No. 223.
Mr. Blaine to Mr. Noyes.

No. 342.]

Sir: Your No. 439, relating your action with respect to the late decree of the French Government prohibiting the importation of American pork into France, has been received. I have pleasure in approving your course, and I trust that your discreet and conciliatory efforts towards procuring such modification of the enforcement of the decree as will relieve legitimate commerce from a sudden and disastrous check may be successful.

The publication in the London Times on the 19th of February ultimo, of a report made in December last, by the then acting British consul at Philadelphia, has occasioned widespread alarm, and given rise to correspondence with the British legation here, and with the boards of trade of the great pork producing and shipping centers. Mr. Crump’s report, besides stating that “immense mortality among swine by a disease known as hog cholera” exists (from which disease 700,000 head are stated to have died in Illinois during the past year), proceeds to confound that disease with the entirely distinct disorder of trichinosis, of which latter he relates certain horrible examples.

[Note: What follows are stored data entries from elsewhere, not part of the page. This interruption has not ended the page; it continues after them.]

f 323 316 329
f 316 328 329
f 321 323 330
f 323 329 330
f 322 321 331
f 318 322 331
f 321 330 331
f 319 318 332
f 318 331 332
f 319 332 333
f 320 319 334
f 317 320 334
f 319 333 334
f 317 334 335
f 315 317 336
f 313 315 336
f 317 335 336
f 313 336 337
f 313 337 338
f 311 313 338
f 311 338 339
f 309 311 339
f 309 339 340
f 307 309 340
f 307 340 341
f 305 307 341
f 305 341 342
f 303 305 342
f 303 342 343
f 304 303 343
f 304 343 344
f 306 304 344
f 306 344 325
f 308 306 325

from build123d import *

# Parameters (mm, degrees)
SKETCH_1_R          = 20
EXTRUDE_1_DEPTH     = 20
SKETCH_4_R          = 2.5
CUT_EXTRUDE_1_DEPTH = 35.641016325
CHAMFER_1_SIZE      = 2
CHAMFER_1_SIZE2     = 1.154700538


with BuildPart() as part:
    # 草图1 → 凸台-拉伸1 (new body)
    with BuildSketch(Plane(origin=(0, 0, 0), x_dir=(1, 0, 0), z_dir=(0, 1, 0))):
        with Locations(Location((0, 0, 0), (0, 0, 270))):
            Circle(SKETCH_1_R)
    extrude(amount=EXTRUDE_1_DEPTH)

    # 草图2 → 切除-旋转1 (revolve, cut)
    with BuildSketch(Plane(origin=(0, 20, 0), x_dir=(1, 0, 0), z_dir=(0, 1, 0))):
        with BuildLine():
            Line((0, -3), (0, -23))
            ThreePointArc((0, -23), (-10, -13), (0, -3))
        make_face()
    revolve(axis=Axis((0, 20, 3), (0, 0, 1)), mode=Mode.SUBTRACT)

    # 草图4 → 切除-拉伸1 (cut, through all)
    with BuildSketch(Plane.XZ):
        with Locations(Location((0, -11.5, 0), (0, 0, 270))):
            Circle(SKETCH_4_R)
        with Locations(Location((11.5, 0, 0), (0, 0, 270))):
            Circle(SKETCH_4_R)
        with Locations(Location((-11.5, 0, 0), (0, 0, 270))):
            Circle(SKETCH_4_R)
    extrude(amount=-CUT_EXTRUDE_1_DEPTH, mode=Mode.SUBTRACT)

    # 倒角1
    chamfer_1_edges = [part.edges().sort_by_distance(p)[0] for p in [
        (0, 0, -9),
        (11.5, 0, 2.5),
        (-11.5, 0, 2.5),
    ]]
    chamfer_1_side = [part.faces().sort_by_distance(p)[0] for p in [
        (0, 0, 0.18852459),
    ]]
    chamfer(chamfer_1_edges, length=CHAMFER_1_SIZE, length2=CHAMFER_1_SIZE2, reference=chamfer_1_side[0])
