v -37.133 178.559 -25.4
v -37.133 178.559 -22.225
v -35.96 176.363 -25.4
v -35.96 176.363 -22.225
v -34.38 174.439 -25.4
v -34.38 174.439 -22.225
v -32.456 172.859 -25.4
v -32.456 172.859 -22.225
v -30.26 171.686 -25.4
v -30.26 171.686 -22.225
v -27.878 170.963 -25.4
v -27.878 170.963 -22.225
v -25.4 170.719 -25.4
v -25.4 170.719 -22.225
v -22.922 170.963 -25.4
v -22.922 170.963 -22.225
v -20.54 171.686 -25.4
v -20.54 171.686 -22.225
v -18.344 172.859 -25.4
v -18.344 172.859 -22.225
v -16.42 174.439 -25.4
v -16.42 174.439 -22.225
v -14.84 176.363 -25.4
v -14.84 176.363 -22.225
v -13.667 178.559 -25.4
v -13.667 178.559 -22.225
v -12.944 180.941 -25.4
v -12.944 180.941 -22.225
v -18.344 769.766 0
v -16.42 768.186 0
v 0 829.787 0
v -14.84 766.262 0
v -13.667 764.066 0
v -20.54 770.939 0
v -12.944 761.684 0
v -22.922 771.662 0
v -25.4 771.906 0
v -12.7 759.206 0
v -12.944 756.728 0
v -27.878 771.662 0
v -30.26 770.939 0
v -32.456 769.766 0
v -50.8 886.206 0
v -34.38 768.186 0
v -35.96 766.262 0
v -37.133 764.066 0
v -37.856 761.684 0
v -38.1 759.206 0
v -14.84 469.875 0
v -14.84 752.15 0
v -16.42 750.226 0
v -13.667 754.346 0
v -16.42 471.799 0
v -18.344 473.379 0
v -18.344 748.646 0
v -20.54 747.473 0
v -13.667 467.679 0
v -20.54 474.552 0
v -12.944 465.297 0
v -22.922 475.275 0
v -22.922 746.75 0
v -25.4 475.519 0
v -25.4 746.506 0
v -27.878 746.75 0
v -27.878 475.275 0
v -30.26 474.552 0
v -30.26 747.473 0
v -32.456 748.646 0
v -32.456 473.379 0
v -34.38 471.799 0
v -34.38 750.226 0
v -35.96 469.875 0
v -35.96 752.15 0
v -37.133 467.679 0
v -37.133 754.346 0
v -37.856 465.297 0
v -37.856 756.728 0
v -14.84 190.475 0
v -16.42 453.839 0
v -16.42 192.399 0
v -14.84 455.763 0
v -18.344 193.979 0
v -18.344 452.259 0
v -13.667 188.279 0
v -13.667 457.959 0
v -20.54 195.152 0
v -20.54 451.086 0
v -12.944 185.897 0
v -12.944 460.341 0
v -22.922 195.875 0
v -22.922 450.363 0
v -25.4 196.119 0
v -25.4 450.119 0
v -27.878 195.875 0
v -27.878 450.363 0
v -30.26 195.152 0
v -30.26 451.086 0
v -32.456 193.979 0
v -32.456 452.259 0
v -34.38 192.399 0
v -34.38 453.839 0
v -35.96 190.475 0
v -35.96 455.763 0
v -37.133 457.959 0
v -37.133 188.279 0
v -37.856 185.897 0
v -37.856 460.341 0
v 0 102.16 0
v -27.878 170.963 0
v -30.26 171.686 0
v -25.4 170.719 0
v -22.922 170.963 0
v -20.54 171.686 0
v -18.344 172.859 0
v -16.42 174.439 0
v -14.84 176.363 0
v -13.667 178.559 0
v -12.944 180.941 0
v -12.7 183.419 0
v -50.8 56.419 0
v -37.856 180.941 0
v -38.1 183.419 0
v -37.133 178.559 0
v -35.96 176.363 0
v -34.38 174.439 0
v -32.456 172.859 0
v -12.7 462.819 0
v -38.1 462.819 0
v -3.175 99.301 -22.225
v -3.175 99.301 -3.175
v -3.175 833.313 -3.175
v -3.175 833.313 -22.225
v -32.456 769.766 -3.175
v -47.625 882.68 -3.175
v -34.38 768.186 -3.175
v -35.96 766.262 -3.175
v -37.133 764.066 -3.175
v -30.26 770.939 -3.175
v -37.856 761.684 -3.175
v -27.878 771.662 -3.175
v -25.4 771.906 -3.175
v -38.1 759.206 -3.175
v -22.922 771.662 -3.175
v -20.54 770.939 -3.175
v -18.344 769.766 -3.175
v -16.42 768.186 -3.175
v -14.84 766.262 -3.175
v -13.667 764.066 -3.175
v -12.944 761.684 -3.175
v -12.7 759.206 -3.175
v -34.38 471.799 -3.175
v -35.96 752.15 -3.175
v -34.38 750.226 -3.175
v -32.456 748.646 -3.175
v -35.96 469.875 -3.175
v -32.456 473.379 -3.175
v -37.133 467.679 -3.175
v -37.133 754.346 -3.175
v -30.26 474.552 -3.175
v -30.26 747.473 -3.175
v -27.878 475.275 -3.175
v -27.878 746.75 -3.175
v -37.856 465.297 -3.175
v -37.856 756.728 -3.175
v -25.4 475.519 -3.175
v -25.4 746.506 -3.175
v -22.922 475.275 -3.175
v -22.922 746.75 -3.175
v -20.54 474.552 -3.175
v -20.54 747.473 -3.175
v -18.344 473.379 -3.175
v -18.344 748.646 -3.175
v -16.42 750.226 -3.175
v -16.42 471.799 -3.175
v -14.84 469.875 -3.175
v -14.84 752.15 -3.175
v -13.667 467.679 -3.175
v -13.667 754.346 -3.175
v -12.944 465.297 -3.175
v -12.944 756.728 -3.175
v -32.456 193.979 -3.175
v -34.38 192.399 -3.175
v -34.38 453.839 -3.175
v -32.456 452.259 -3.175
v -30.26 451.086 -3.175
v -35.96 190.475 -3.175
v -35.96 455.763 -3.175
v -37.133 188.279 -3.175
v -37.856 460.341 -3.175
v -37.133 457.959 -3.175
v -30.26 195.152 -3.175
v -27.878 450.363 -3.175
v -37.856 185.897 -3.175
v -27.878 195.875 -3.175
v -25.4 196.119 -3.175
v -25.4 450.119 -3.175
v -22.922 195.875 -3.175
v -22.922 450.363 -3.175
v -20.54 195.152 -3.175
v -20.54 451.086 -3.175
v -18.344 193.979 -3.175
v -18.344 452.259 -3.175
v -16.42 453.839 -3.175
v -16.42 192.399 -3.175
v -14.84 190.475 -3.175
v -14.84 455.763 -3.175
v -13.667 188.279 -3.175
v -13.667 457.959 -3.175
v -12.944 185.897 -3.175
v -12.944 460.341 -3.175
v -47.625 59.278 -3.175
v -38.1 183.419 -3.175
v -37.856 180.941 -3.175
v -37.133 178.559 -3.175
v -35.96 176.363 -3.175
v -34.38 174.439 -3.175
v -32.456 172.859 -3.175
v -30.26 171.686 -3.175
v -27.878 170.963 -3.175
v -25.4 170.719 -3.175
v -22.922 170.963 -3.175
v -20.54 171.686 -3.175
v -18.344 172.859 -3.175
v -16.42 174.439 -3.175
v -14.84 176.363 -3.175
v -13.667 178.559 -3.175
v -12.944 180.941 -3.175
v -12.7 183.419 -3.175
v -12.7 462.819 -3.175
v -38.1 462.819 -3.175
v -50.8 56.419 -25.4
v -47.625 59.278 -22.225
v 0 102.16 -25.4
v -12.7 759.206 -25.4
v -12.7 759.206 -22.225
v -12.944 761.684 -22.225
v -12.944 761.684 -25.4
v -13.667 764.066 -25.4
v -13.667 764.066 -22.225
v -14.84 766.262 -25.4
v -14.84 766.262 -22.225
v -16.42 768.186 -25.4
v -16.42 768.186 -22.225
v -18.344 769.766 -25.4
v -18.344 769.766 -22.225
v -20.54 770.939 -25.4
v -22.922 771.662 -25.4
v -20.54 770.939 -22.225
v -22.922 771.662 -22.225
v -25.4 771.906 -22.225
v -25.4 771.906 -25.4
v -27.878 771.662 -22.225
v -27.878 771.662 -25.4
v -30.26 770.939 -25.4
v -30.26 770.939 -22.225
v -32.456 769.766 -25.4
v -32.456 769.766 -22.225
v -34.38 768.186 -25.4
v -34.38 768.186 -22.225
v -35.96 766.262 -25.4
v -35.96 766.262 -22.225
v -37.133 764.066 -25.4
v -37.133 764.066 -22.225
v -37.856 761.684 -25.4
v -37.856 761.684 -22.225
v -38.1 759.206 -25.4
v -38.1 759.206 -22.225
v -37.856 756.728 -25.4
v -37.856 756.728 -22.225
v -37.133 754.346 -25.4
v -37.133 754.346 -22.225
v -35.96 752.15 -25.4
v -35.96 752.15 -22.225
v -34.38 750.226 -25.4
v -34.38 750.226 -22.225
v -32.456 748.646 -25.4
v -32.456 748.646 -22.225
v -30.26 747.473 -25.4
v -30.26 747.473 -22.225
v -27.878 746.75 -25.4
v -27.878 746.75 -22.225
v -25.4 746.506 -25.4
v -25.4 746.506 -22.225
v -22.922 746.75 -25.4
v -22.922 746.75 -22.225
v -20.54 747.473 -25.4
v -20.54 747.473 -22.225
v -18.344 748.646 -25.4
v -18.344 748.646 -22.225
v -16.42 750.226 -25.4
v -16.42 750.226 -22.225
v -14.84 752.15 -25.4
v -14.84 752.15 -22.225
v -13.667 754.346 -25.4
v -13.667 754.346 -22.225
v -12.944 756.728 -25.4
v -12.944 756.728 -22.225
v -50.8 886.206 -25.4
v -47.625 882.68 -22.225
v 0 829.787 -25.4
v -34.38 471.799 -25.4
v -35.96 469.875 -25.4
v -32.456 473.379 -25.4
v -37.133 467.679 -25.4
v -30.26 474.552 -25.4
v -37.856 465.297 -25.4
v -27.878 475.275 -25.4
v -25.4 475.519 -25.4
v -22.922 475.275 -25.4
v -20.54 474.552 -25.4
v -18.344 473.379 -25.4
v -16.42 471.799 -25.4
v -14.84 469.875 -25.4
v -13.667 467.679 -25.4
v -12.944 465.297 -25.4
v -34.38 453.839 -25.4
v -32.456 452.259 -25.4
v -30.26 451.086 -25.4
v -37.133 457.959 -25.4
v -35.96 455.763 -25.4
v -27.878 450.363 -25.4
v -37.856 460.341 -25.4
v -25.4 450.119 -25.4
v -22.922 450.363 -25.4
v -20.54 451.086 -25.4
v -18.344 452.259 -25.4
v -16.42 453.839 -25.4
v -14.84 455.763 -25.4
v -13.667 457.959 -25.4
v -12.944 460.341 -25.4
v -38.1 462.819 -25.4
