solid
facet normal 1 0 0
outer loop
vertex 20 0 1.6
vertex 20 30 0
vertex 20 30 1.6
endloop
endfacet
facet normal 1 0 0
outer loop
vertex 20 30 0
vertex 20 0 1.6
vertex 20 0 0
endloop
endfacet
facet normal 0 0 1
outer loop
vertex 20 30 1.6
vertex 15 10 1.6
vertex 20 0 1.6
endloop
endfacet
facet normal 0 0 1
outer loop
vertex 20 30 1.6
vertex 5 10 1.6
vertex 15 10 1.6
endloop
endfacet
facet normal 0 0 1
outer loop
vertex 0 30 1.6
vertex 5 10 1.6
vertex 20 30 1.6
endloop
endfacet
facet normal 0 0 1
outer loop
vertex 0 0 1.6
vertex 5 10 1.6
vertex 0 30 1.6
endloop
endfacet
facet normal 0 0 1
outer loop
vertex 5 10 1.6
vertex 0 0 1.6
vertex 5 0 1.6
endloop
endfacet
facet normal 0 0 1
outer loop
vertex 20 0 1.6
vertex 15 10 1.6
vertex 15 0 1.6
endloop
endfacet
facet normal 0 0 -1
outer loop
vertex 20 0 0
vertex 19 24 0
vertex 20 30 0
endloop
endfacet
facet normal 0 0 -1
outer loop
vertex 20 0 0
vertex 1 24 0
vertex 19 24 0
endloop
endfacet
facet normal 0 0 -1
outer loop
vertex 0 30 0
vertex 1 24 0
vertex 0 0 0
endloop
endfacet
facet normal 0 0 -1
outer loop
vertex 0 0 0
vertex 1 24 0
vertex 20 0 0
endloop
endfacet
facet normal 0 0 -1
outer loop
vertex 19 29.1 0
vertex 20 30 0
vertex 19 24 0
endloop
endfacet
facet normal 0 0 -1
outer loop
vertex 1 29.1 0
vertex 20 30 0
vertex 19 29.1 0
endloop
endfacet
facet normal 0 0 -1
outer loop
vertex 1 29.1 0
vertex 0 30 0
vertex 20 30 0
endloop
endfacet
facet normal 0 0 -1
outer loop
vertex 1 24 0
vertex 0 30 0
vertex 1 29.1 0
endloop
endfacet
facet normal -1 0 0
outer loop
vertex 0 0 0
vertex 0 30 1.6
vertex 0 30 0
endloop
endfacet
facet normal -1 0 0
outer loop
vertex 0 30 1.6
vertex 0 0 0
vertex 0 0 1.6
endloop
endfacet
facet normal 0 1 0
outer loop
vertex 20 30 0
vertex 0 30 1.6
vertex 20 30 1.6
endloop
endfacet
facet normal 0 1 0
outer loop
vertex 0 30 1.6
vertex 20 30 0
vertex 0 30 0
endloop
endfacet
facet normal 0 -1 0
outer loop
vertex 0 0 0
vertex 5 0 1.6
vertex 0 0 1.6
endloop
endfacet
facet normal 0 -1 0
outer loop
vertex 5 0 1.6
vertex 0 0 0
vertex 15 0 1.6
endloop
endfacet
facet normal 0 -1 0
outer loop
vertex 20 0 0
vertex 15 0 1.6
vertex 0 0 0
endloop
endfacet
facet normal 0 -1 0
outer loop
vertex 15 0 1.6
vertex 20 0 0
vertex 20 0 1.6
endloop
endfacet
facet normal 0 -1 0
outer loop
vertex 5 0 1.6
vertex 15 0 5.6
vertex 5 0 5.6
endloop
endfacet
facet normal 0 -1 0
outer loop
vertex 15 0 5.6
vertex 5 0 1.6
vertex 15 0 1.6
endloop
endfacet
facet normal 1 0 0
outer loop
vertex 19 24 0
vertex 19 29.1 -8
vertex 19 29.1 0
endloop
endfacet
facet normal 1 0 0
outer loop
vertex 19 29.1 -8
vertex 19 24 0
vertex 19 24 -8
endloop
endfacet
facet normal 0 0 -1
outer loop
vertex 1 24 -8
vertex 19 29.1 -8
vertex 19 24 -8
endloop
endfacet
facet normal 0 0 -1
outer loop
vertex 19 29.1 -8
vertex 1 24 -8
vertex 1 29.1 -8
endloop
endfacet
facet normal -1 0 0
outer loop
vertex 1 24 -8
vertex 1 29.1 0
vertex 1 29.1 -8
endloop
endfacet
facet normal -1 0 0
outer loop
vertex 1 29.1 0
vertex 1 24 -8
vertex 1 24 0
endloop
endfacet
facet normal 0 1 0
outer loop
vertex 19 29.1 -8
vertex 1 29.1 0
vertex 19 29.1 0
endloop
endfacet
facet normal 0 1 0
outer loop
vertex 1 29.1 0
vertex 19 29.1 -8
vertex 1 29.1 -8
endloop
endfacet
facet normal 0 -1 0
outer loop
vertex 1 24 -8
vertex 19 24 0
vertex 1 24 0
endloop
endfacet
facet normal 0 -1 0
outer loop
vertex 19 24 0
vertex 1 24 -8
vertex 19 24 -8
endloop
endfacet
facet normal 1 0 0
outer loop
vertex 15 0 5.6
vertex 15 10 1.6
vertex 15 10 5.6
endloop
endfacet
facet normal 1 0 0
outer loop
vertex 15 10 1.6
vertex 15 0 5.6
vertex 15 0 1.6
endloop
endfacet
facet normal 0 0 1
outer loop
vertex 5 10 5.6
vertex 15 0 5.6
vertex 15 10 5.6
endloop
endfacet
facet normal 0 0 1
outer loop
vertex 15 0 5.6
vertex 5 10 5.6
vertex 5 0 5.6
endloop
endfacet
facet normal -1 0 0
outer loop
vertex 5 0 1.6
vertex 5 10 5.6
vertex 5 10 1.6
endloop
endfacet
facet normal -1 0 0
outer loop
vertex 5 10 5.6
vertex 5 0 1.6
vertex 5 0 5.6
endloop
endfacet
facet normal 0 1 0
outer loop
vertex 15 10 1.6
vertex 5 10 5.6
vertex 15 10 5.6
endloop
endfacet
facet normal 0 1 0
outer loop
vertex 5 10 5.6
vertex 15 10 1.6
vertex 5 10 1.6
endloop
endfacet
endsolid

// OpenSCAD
/*
 * FTDI Basic
 *
 * Copyright 2012 b@Zi.iS
 *
 * License CC BY 3.0
 */

ftdi_basic();

module ftdi_basic() {

	// PCB
	color([.75,0,0]) {
		cube([
			20,
			30,
			1.6
		]);
	}

	// Header
	color([0,0,0]) {
		translate([
			1,
			24,
			-8
		]) {
			cube([
				18,
				5.1,
				8
			]);
		}
	}

	// USB
	color([.75,.75,.75]) {
		translate([
			5,
			0,
			1.6
		]) {
			cube([
				10,
				10,
				4
			]);
		}
	}

}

The most searching investigation fails to show the basis of these published statements. While the mortality among very young swine from the so-called hog cholera has been less than for several years past, the health of the full-grown hogs (which are alone packed as pork) has never been better in the great producing States, and the absence of communicable diseases among them has been most noteworthy.

In view of all the facts accessible to it, this Department cannot but reach the conviction that the good faith of the British representative at Philadelphia has been imposed upon by designing speculators to the great injury of legitimate trade.

My predecessor sent you a telegram on the 7th instant in the following words:

Noyes, Minister, Paris:
Published statements of mortality among swine are false.

EVARTS.

Since that date, my correspondence with the British legation here has not elicited any ground for the extraordinary report of Mr. Crump. You may therefore unhesitatingly deny it, in view of the mass of direct testimony to the contrary possessed by this government, in case the French minister should appeal to it as justifying interdiction of, or onerous interference with, the pork trade of this country.

I am, &c.,

JAMES G. BLAINE.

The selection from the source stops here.